In 2017, a federal district officially froze the law. The 5th U.S. Circuit of Appeals backed the law in 2018. The Circuit Court argued that the law did not impose an undue burden on the constitutional right.

The imposition of an undue burden had served as the court’s balancing test. To determine the legality of abortion law, the court estimates the percentage gap between the burdens the law imposes on a woman’s access to abortion and the benefits realized from the resulting legislation.
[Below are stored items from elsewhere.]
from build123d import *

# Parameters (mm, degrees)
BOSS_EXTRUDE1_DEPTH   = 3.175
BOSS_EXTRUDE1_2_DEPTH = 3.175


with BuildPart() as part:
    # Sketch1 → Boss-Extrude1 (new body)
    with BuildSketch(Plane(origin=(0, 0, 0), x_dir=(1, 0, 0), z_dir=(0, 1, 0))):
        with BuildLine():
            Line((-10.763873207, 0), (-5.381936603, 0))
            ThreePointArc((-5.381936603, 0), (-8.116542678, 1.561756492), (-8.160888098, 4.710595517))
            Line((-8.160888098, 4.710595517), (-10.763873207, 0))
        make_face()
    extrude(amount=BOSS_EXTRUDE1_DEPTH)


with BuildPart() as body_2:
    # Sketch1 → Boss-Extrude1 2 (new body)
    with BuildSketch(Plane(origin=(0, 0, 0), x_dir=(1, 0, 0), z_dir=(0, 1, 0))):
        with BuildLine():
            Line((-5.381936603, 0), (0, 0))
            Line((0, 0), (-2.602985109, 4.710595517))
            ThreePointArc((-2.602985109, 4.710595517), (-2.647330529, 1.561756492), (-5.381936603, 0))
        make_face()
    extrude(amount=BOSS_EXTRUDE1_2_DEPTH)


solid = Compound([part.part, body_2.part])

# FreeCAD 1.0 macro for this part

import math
import FreeCAD as App
import Part
import Sketcher
from FreeCAD import Vector
Q = App.Units.Quantity

doc = App.newDocument("Part")
params = doc.addObject("Spreadsheet::Sheet", "Params")
for row, (alias, value) in enumerate([
    ("sketch1_radius", "0.125 in"),
    ("pad1_length", "0.125 in"),
    ("sketch2_radius", "0.125 in"),
    ("pad2_length", "0.125 in"),
], start=1):
    params.set(f"A{row}", alias)
    params.set(f"B{row}", "=" + value)
    params.setAlias(f"B{row}", alias)

body = doc.addObject("PartDesign::Body", "Body")

# Sketch on XZ plane
sketch1 = body.newObject("Sketcher::SketchObject", "Sketch")
sketch1.AttachmentSupport = (doc.getObject("XZ_Plane"), [""])
sketch1.MapMode = "FlatFace"
sketch1.addGeometry([
    Part.LineSegment(Vector(-10.8, 0, 0), Vector(-5.4, 0, 0)),
    Part.ArcOfCircle(Part.Circle(Vector(-5.4, -3.2, 0), Vector(0, 0, 1), 3.2), math.radians(90), math.radians(209)),
    Part.LineSegment(Vector(-8.2, -4.7, 0), Vector(-10.8, 0, 0)),
], False)
sketch1.addConstraint([
    Sketcher.Constraint("Tangent", 0, 2, 1, 1),
    Sketcher.Constraint("Tangent", 1, 2, 2, 1),
    Sketcher.Constraint("Coincident", 2, 2, 0, 1),
    Sketcher.Constraint("Horizontal", 0),
    Sketcher.Constraint("PointOnObject", 0, 2, -1),
    Sketcher.Constraint("Radius", 1, Q("0.125 in")),
    Sketcher.Constraint("DistanceX", 0, 1, 0, 2, Q("5.381937 mm")),
    Sketcher.Constraint("DistanceX", 1, 2, -1, 1, Q("8.160888 mm")),
])
sketch1.setExpression("Constraints[5]", "Params.sketch1_radius")
pad1 = body.newObject("PartDesign::Pad", "Pad")
pad1.Profile = sketch1
pad1.setExpression("Length", "Params.pad1_length")
pad1.Reversed = True
body2 = doc.addObject("PartDesign::Body", "Body001")

# Sketch on XZ plane
sketch2 = body2.newObject("Sketcher::SketchObject", "Sketch001")
sketch2.AttachmentSupport = (doc.getObject("XZ_Plane001"), [""])
sketch2.MapMode = "FlatFace"
sketch2.addGeometry([
    Part.LineSegment(Vector(-5.4, 0, 0), Vector(0, 0, 0)),
    Part.LineSegment(Vector(0, 0, 0), Vector(-2.6, -4.7, 0)),
    Part.ArcOfCircle(Part.Circle(Vector(-5.4, -3.2, 0), Vector(0, 0, 1), 3.2), math.radians(-29), math.radians(90)),
], False)
sketch2.addConstraint([
    Sketcher.Constraint("Coincident", 0, 2, 1, 1),
    Sketcher.Constraint("Tangent", 1, 2, 2, 1),
    Sketcher.Constraint("Tangent", 2, 2, 0, 1),
    Sketcher.Constraint("Horizontal", 0),
    Sketcher.Constraint("Coincident", 0, 2, -1, 1),
    Sketcher.Constraint("Radius", 2, Q("0.125 in")),
    Sketcher.Constraint("DistanceX", 0, 1, 0, 2, Q("5.381937 mm")),
])
sketch2.setExpression("Constraints[5]", "Params.sketch2_radius")
pad2 = body2.newObject("PartDesign::Pad", "Pad001")
pad2.Profile = sketch2
pad2.setExpression("Length", "Params.pad2_length")
pad2.Reversed = True

doc.recompute()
Two Louisiana doctors have filed a suit arguing that the bill bore an uncanny resemblance to the Texan law proposition that the Supreme Court overturned in 2016.

In the 2016 Texan legislation, the highest court determined that the state of Texas inflicted an unnecessary obstacle on women seeking the procedure while simultaneously failing to provide them with any degree of a medical benefit or variation of one whatsoever. The Texan and Louisiana laws presented an undue burden on the entity who sought out an abortion with no realized concrete benefit.

“The Supreme Court has stepped in under the wire to protect the rights of Louisiana women,” said Nancy Northup, President and C.E.O. of the Center for Reproductive Rights. “The three clinics left in Louisiana can stay open while we ask the Supreme Court to hear our case. This should be an easy case — all that’s needed is a straightforward application of the court’s own precedent.”